[SUPPLIED MATERIAL]
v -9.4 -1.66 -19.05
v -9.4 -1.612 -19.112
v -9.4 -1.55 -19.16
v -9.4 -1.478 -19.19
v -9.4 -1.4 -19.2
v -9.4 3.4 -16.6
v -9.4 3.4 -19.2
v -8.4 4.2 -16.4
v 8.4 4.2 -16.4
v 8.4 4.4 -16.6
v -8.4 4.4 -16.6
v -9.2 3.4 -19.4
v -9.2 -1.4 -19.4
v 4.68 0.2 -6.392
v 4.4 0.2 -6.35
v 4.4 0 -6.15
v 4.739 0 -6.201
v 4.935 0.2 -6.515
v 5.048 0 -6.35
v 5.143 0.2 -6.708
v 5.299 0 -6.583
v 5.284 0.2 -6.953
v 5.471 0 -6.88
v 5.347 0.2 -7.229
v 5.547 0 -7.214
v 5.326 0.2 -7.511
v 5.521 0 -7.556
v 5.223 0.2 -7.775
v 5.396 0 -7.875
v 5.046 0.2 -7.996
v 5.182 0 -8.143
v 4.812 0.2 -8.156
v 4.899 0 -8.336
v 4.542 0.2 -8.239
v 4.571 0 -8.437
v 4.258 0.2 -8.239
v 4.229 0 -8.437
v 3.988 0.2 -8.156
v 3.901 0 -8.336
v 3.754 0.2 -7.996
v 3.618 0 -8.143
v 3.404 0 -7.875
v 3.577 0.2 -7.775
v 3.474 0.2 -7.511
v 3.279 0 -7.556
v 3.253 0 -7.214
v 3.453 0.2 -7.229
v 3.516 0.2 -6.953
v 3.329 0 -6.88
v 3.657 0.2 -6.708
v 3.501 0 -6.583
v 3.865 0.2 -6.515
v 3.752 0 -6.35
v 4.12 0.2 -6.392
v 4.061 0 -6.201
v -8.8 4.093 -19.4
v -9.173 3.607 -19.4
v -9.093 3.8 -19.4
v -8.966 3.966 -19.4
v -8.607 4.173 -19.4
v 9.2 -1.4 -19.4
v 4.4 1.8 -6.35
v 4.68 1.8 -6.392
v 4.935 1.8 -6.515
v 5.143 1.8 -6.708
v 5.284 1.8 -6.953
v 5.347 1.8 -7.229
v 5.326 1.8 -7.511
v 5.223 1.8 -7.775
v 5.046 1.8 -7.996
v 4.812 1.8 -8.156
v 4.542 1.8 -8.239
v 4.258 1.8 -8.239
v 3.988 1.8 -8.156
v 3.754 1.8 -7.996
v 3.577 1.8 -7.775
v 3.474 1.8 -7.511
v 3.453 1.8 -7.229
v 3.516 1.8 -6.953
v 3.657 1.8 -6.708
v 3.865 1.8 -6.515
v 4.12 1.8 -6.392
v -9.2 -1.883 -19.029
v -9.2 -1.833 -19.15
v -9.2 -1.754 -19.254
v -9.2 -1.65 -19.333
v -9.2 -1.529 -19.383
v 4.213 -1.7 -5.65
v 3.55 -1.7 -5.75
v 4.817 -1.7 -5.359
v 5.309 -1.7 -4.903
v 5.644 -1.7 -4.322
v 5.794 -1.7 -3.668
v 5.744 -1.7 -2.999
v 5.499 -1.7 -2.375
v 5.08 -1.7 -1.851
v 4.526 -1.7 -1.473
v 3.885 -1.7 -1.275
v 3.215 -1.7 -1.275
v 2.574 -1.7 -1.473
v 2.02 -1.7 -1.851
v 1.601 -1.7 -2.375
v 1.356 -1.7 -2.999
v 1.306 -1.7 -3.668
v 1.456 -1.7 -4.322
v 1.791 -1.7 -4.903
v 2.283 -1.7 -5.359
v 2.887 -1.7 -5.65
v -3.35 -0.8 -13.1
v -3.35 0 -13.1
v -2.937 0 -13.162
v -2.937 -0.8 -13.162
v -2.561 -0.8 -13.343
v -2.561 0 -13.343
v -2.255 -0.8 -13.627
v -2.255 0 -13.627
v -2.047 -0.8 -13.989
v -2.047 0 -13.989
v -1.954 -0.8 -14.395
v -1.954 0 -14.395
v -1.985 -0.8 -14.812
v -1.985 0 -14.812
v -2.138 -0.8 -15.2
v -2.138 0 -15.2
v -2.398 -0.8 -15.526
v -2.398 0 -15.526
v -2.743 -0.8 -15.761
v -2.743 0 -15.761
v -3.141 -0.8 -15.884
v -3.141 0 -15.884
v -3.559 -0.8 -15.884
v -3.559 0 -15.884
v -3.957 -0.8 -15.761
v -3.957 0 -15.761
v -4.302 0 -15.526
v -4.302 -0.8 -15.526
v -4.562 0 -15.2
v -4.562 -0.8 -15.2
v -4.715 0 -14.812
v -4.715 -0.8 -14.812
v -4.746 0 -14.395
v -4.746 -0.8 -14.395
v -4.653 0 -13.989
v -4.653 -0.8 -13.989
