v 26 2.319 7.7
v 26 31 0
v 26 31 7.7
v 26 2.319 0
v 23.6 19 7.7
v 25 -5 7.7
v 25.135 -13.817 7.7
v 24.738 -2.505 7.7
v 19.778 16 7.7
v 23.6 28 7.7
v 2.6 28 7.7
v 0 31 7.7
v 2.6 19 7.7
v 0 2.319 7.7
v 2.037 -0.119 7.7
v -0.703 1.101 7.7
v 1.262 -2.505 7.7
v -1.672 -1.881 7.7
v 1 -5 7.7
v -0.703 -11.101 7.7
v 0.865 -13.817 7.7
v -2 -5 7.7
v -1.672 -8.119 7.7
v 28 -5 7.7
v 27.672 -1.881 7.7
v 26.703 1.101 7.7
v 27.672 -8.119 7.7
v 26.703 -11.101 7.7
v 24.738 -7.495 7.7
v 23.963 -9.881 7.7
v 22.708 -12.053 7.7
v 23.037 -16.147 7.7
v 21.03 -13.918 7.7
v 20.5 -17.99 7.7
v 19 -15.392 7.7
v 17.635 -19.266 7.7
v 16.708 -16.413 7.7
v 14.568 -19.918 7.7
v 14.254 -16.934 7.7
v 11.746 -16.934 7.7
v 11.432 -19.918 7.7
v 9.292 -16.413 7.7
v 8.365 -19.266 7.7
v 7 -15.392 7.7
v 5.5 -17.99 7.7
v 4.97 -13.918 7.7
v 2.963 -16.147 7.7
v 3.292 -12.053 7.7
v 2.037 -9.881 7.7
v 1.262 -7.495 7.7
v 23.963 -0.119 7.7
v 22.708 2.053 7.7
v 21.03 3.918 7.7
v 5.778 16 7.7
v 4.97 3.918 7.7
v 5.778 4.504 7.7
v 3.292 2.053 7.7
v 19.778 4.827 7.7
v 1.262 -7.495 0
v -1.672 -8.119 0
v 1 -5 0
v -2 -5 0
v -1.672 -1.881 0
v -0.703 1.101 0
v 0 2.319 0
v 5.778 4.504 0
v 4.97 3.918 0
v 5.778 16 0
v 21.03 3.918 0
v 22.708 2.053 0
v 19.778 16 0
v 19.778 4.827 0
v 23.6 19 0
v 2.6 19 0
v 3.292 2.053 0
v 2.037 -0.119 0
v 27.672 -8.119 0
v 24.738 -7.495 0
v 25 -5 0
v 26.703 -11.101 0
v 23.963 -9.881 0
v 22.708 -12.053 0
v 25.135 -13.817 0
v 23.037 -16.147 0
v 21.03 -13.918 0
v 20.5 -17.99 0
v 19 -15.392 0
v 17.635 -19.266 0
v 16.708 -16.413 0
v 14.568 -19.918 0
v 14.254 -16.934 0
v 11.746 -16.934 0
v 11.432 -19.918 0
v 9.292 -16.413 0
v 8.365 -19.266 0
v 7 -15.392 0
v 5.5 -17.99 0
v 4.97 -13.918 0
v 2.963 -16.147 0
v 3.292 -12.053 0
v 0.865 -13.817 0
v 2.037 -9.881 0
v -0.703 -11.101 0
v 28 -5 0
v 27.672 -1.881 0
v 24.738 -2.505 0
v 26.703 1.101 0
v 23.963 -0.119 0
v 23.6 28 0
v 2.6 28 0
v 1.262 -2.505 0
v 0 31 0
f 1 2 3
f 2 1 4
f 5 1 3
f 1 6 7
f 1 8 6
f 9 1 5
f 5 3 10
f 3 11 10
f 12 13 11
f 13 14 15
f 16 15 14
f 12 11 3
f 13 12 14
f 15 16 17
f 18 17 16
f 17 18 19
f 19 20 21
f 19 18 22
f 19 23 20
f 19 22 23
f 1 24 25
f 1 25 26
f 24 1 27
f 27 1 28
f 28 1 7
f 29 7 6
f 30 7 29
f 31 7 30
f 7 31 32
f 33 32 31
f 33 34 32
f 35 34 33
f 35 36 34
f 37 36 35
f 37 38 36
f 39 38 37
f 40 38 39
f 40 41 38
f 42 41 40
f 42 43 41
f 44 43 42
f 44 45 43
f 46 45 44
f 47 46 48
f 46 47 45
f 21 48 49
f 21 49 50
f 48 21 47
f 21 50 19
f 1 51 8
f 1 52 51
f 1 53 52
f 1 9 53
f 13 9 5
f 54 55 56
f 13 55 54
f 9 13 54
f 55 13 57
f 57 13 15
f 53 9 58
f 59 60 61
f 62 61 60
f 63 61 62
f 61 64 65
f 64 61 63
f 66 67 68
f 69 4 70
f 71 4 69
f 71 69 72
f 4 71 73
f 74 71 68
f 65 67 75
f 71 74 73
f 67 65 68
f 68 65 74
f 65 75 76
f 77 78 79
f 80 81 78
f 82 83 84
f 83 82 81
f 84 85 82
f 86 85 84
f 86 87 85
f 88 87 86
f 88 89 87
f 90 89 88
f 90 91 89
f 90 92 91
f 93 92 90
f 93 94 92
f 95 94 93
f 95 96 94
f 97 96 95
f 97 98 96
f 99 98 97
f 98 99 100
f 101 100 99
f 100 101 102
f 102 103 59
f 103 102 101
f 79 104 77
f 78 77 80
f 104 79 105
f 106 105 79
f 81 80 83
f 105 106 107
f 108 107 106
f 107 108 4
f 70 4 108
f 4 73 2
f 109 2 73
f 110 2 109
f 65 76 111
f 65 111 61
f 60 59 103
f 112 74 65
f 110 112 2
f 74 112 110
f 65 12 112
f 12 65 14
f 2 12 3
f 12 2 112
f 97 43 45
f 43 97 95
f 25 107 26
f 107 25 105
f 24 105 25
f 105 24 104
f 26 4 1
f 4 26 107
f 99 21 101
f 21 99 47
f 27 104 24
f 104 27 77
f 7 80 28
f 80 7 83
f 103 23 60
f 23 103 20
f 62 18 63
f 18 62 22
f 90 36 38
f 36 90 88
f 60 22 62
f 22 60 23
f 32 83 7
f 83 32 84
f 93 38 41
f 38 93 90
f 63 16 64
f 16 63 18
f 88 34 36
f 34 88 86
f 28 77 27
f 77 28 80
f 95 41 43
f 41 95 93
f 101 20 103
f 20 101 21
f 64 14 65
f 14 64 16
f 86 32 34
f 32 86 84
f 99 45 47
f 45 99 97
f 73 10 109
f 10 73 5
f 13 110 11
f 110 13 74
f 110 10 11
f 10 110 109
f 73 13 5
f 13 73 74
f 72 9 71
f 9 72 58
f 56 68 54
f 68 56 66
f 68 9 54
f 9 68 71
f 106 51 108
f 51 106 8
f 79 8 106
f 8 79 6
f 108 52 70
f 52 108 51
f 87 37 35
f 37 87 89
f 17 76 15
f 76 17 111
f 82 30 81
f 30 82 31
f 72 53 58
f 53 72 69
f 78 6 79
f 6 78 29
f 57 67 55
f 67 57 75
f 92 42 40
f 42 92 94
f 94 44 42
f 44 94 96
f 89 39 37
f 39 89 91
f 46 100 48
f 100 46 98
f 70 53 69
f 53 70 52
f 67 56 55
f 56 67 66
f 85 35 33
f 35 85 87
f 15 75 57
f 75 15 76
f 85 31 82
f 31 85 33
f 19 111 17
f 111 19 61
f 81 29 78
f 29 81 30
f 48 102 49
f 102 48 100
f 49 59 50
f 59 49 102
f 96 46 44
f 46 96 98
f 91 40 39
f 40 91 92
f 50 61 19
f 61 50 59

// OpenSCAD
thickness = 7.7;
width = 26;

circleSize = 15;


difference() {
    union() {
        cube([width, 31, thickness]);
        
        translate([width / 2, -5, 0])
            cylinder(thickness, circleSize, circleSize);
    }

    union() {
        translate([width / 10, 19, 0])
            #cube([21, 9, thickness]); 
        
        // Middle cube
        translate([width / 4.5, 0, 0]) 
            cube([14, 16, thickness]);
        
        // Circle
        translate([width / 2, -5, 0])
            cylinder(thickness, circleSize - 3, circleSize - 3);
    }
}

[WORK ORDER] Reproduce exactly the first line of the listing and every line after it, through the one containing "v 3.279 0 -7.556". Nothing else belongs in the output.

[SOLUTION TO THIS EXERCISE]
v -9.4 -1.66 -19.05
v -9.4 -1.612 -19.112
v -9.4 -1.55 -19.16
v -9.4 -1.478 -19.19
v -9.4 -1.4 -19.2
v -9.4 3.4 -16.6
v -9.4 3.4 -19.2
v -8.4 4.2 -16.4
v 8.4 4.2 -16.4
v 8.4 4.4 -16.6
v -8.4 4.4 -16.6
v -9.2 3.4 -19.4
v -9.2 -1.4 -19.4
v 4.68 0.2 -6.392
v 4.4 0.2 -6.35
v 4.4 0 -6.15
v 4.739 0 -6.201
v 4.935 0.2 -6.515
v 5.048 0 -6.35
v 5.143 0.2 -6.708
v 5.299 0 -6.583
v 5.284 0.2 -6.953
v 5.471 0 -6.88
v 5.347 0.2 -7.229
v 5.547 0 -7.214
v 5.326 0.2 -7.511
v 5.521 0 -7.556
v 5.223 0.2 -7.775
v 5.396 0 -7.875
v 5.046 0.2 -7.996
v 5.182 0 -8.143
v 4.812 0.2 -8.156
v 4.899 0 -8.336
v 4.542 0.2 -8.239
v 4.571 0 -8.437
v 4.258 0.2 -8.239
v 4.229 0 -8.437
v 3.988 0.2 -8.156
v 3.901 0 -8.336
v 3.754 0.2 -7.996
v 3.618 0 -8.143
v 3.404 0 -7.875
v 3.577 0.2 -7.775
v 3.474 0.2 -7.511
v 3.279 0 -7.556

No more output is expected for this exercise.